Mr. Duterte’s predecessor should rally international support for a 2016 United Nations-backed arbitration ruling that invalidated China’s claim to more than 80% of the waterway, he added.

Mr. Duterte has sought closer trade and investment ties with China since he became President in 2016, saying the country could not afford to go to war with its neighbor.

“China is really bent on maritime expansion, whether or not we befriend China, whether or not we appease China,” Mr. de Castro said. “China will pursue its goal which is to control 85% of the South China Sea.”

Mr. Batongbacal said Mr. Duterte for the most part did not do well in handling the country’s sea dispute with China.

“He simply accommodated all of China’s demands, sometimes almost to the point of abdicating the Philippines’ exclusive rights and jurisdiction under the United Nations Convention on the Law of the Sea,” he said.

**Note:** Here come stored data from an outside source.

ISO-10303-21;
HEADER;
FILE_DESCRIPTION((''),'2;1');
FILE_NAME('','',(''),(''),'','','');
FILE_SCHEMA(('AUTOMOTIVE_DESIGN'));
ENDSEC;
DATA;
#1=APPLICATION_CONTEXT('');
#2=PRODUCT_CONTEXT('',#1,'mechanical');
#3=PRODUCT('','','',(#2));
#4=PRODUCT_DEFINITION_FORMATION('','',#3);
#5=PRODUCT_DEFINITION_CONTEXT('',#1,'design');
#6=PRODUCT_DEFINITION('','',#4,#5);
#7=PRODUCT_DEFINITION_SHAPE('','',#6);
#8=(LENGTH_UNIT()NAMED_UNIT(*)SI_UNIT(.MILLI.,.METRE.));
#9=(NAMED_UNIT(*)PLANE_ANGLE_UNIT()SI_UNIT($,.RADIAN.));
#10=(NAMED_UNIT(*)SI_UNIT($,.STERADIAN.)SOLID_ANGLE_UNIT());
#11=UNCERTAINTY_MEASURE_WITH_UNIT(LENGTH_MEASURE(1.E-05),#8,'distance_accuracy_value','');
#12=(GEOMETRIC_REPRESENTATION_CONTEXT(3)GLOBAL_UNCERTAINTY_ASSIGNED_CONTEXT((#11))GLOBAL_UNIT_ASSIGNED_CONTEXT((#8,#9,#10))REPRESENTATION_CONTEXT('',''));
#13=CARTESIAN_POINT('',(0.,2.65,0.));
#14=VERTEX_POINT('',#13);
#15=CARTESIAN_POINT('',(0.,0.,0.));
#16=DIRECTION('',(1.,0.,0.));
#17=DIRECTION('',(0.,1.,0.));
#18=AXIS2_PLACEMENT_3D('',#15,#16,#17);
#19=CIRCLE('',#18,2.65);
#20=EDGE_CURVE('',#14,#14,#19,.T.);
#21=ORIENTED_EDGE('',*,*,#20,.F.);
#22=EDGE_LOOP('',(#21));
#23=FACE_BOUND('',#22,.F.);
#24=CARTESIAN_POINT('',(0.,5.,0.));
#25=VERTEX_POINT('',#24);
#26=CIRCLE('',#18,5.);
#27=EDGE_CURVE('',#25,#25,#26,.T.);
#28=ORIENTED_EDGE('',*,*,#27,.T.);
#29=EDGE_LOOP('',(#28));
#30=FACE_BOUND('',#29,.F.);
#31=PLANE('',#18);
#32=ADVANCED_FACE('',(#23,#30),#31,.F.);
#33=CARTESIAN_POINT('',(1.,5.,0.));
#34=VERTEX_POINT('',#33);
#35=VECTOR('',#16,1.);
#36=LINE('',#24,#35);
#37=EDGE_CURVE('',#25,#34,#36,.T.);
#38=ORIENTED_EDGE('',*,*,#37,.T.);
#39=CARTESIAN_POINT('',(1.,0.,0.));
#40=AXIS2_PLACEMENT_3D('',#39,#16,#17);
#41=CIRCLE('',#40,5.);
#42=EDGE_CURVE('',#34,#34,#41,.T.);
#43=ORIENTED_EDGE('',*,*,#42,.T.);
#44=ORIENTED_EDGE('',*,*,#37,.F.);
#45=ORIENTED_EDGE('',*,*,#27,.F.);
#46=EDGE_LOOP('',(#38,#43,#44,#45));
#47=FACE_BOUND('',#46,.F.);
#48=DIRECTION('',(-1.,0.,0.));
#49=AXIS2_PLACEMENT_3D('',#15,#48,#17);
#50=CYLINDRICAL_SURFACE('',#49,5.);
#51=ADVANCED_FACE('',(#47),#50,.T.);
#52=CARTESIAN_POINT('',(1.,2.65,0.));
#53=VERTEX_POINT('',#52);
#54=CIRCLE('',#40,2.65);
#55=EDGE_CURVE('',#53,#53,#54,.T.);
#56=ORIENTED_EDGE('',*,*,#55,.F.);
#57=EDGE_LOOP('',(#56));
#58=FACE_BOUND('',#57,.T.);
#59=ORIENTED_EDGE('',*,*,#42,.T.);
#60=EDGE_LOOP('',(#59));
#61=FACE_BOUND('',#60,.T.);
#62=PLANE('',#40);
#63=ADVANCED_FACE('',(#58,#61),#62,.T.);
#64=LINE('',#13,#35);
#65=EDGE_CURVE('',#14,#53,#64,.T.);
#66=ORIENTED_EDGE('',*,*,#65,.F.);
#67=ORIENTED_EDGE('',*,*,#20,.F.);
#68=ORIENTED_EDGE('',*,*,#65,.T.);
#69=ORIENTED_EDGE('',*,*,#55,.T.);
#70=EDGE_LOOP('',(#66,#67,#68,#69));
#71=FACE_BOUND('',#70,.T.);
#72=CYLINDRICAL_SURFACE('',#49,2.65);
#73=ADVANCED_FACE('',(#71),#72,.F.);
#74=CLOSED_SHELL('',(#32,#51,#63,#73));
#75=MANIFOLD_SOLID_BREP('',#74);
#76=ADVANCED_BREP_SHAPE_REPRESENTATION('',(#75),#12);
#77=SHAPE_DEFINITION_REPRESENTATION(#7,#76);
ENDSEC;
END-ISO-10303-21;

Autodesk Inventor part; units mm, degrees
ref_plane "YZ Plane" through (0, 0, 0) normal (1, 0, 0) x (0, 1, 0)
ref_plane "XZ Plane" through (0, 0, 0) normal (0, 1, 0) x (-1, 0, 0)
sketch "Sketch" plane through (0, 0, 0) normal (1, 0, 0) x (0, 1, 0)
  circle A0 centre (0, 0) radius 5
  circle A1 centre (0, 0) radius 2.65
  dimension "d0" = 5.3
  dimension "d1" = 10
extrude "Body" add sketch "Sketch" along normal blind 1
ref_plane "Work Plane1" through (0, 0, 0) normal (0, 0, 1) x (1, 0, 0)
equation "\"d0\" = SD1"
equation "\"d1\" = SD2"
equation "\"d2\" = SD"
equation "\"SD1\" = 5.3"
equation "\"SD2\" = 10"
equation "\"SD\" = 1"
equation "\"NND\" = 5"
properties part number "DIN 125 - A 5,3" material "Steel, Mild"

Mr. Duterte only started speaking about Philippine sovereignty in the waterway this year, less than a year before he finishes his six-year term as President, Mr. Batongbacal said. For most of his term, the President allowed China to illegally fish in the South China Sea, he added.

“Continuing Duterte’s over-accommodation of China in the West Philippine Sea is clearly not a sustainable position,” he said. “If the next President swings back to Duterte’s appeasement policy and defeatist posture, the credibility of Philippine policy on the West Philippine Sea will be completely destroyed.”